Casualmente por aquellos días la Reina dio muestras de inactividad.  Permanecía horas enteras inmóvil sobre las bardas y no quería comer ni reaccionaba ante ningún estímulo o caricia.  Sus delgadas pupilas adquirían redondeces inexplicables y su ancestral terror del agua había desaparecido y se aproximaba a las llaves que gotearan y recipientes con líquidos como queriendo calmar algún ardor que la consumía interiormente..

No creyéndolo ya necesario, aplacé mi proyecto, pero al notar que la gata parecía mejorar, una tarde de fina llovizna y viento helado con los que el invierno anunciaba su proximidad, subí a la azotea con la Reina  en los brazos y la arrojé al vacío alcanzando a escuchar un leve quejido al  desprenderse de mis manos.

En las horas que siguieron, juzgué exagerado mi temor de asomarme al sitio en que supuestamente había caído,  pero en cuanto el clima lo permitió,  observé desde los balcones la vegetación abundante entre la que el cuerpecillo húmedo de la gata, quien permanecía sentada con la misma actitud  contemplativa de los días anteriores.

Mi marido preocupado e inquieto por la desaparición de su mascota, volvió a su ausente indiferencia ante el televisor más pronto de lo que supuse.

La casa pareció otra vez demasiado espaciosa como después de que se fueron los muchachos y yo pretendí que nada había pasado,  pero,  la escena de la azotea volvía insistentemente a mi memoria una y otra vez con lujo de detalles y sonidos.

Varias veces creí escuchar los quejidos apagados de la Reina al caer y veía la sombra de su perfil en pisos y paredes.  Un día barría las hojas secas del jardín,  un gato se cruzó en mi camino provocándome un desvanecimiento que interrumpí milagrosamente.

Tuve que aceptar que la Reina seguía imponiendo su recuerdo con la misma fuerza que su tibia presencia,  y lo noté también en la mirada de reproche de mi marido cuando preguntaba una y otra vez  si había visto por ahí a la Reina.  Una sensación de remordimiento me invadió puesto que el animalito,  después de todo,  no me había hecho ningún daño y sí buscaba con frecuencia el abrigo de mi protección.

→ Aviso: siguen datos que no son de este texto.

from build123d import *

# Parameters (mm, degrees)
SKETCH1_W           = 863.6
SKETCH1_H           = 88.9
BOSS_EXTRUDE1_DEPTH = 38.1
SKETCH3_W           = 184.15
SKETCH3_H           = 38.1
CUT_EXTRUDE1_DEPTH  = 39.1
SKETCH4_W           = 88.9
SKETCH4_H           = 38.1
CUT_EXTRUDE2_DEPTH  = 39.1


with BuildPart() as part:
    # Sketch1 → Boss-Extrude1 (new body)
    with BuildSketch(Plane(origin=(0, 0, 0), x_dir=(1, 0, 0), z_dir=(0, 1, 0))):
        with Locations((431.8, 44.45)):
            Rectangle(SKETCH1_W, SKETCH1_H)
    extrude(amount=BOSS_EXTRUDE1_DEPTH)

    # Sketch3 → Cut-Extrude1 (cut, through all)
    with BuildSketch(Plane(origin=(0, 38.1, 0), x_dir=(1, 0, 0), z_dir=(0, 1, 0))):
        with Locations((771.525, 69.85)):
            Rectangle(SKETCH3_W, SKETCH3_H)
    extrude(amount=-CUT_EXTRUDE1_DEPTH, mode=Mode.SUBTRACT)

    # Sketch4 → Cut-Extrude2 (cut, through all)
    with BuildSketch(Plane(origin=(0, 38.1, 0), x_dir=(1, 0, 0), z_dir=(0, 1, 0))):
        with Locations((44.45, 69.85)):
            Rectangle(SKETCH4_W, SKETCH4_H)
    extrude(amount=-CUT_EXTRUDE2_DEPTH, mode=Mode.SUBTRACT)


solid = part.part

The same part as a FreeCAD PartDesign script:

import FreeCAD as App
import Part
import Sketcher
Q = App.Units.Quantity

doc = App.newDocument("Part")
body = doc.addObject("PartDesign::Body", "Body")

sketch1 = body.newObject("Sketcher::SketchObject", "Sketch")
sketch1.AttachmentSupport = (doc.getObject("XZ_Plane"), [""])
sketch1.MapMode = "FlatFace"
sketch1.addGeometry(Part.LineSegment(App.Vector(0, -89, 0), App.Vector(0, 0, 0)), False)
sketch1.addGeometry(Part.LineSegment(App.Vector(0, 0, 0), App.Vector(864, 0, 0)), False)
sketch1.addGeometry(Part.LineSegment(App.Vector(864, 0, 0), App.Vector(864, -89, 0)), False)
sketch1.addGeometry(Part.LineSegment(App.Vector(864, -89, 0), App.Vector(0, -89, 0)), False)
sketch1.addConstraint(Sketcher.Constraint("Coincident", 0, 2, 1, 1))
sketch1.addConstraint(Sketcher.Constraint("Coincident", 1, 2, 2, 1))
sketch1.addConstraint(Sketcher.Constraint("Coincident", 2, 2, 3, 1))
sketch1.addConstraint(Sketcher.Constraint("Coincident", 3, 2, 0, 1))
sketch1.addConstraint(Sketcher.Constraint("Vertical", 0))
sketch1.addConstraint(Sketcher.Constraint("Horizontal", 1))
sketch1.addConstraint(Sketcher.Constraint("Vertical", 2))
sketch1.addConstraint(Sketcher.Constraint("Horizontal", 3))
sketch1.addConstraint(Sketcher.Constraint("Coincident", 0, 2, -1, 1))
sketch1.addConstraint(Sketcher.Constraint("DistanceX", 1, 1, 1, 2, Q("34 in")))
sketch1.addConstraint(Sketcher.Constraint("DistanceY", 0, 1, 0, 2, Q("3.5 in")))
pad1 = body.newObject("PartDesign::Pad", "Pad")
pad1.Profile = sketch1
pad1.Length = Q("1.5 in")
pad1.Reversed = True

sketch2 = body.newObject("Sketcher::SketchObject", "Sketch001")
sketch2.AttachmentSupport = (doc.getObject("XZ_Plane"), [""])
sketch2.MapMode = "FlatFace"
sketch2.AttachmentOffset = App.Placement(App.Vector(0, 0, -1.5 * 25.4), App.Rotation())
sketch2.addGeometry(Part.LineSegment(App.Vector(679, -89, 0), App.Vector(679, -51, 0)), False)
sketch2.addGeometry(Part.LineSegment(App.Vector(679, -51, 0), App.Vector(864, -51, 0)), False)
sketch2.addGeometry(Part.LineSegment(App.Vector(864, -51, 0), App.Vector(864, -89, 0)), False)
sketch2.addGeometry(Part.LineSegment(App.Vector(864, -89, 0), App.Vector(679, -89, 0)), False)
sketch2.addConstraint(Sketcher.Constraint("Coincident", 0, 2, 1, 1))
sketch2.addConstraint(Sketcher.Constraint("Coincident", 1, 2, 2, 1))
sketch2.addConstraint(Sketcher.Constraint("Coincident", 2, 2, 3, 1))
sketch2.addConstraint(Sketcher.Constraint("Coincident", 3, 2, 0, 1))
sketch2.addConstraint(Sketcher.Constraint("Vertical", 0))
sketch2.addConstraint(Sketcher.Constraint("Horizontal", 1))
sketch2.addConstraint(Sketcher.Constraint("Vertical", 2))
sketch2.addConstraint(Sketcher.Constraint("Horizontal", 3))
sketch2.addConstraint(Sketcher.Constraint("DistanceY", 0, 1, 0, 2, Q("1.5 in")))
sketch2.addConstraint(Sketcher.Constraint("DistanceY", 0, 2, -1, 1, Q("2 in")))
sketch2.addConstraint(Sketcher.Constraint("DistanceX", -1, 1, 1, 2, Q("34 in")))
sketch2.addConstraint(Sketcher.Constraint("DistanceX", 1, 1, 1, 2, Q("7.25 in")))
pocket1 = body.newObject("PartDesign::Pocket", "Pocket")
pocket1.Profile = sketch2
pocket1.Type = "ThroughAll"
pocket1.Reversed = True

sketch3 = body.newObject("Sketcher::SketchObject", "Sketch002")
sketch3.AttachmentSupport = (doc.getObject("XZ_Plane"), [""])
sketch3.MapMode = "FlatFace"
sketch3.AttachmentOffset = App.Placement(App.Vector(0, 0, -1.5 * 25.4), App.Rotation())
sketch3.addGeometry(Part.LineSegment(App.Vector(0, -89, 0), App.Vector(0, -51, 0)), False)
sketch3.addGeometry(Part.LineSegment(App.Vector(0, -51, 0), App.Vector(89, -51, 0)), False)
sketch3.addGeometry(Part.LineSegment(App.Vector(89, -51, 0), App.Vector(89, -89, 0)), False)
sketch3.addGeometry(Part.LineSegment(App.Vector(89, -89, 0), App.Vector(0, -89, 0)), False)
sketch3.addConstraint(Sketcher.Constraint("Coincident", 0, 2, 1, 1))
sketch3.addConstraint(Sketcher.Constraint("Coincident", 1, 2, 2, 1))
sketch3.addConstraint(Sketcher.Constraint("Coincident", 2, 2, 3, 1))
sketch3.addConstraint(Sketcher.Constraint("Coincident", 3, 2, 0, 1))
sketch3.addConstraint(Sketcher.Constraint("Vertical", 0))
sketch3.addConstraint(Sketcher.Constraint("Horizontal", 1))
sketch3.addConstraint(Sketcher.Constraint("Vertical", 2))
sketch3.addConstraint(Sketcher.Constraint("Horizontal", 3))
sketch3.addConstraint(Sketcher.Constraint("PointOnObject", 0, 2, -2))
sketch3.addConstraint(Sketcher.Constraint("DistanceX", 1, 1, 1, 2, Q("3.5 in")))
sketch3.addConstraint(Sketcher.Constraint("DistanceY", 0, 1, 0, 2, Q("1.5 in")))
sketch3.addConstraint(Sketcher.Constraint("DistanceY", 0, 2, -1, 1, Q("2 in")))
pocket2 = body.newObject("PartDesign::Pocket", "Pocket001")
pocket2.Profile = sketch3
pocket2.Type = "ThroughAll"
pocket2.Reversed = True

doc.recompute()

Pasaron los días en los que pude resistir la tentación de observar disimuladamente el obscuro hueco donde el cuerpo de la Reina parecía diluírse.  Nada impidió que mi curiosidad  me llevara a constatar por qué aquel sitio parecía haberse convertido en la boca de un túnel sin salida.

Un atardecer en que  las primeras sombras de la noche envolvían el ambiente, decidí indagar qué estaba pasando en el último refugio de la gata.  Sentí que se  me detenía  la respiración cuando alcancé a ver entre la obscuridad los ojos claros de la Reina que me observaban como inviándome a acercarme.

-¿A dónde vas?  Me preguntó mi esposo cuando me ditigí s la puerta de la entrada principal.  No sabiendo  qué explicación momentánea darle,  contesté:

- Allá donde la Reina nos mira y salí para siempre de aquella casa.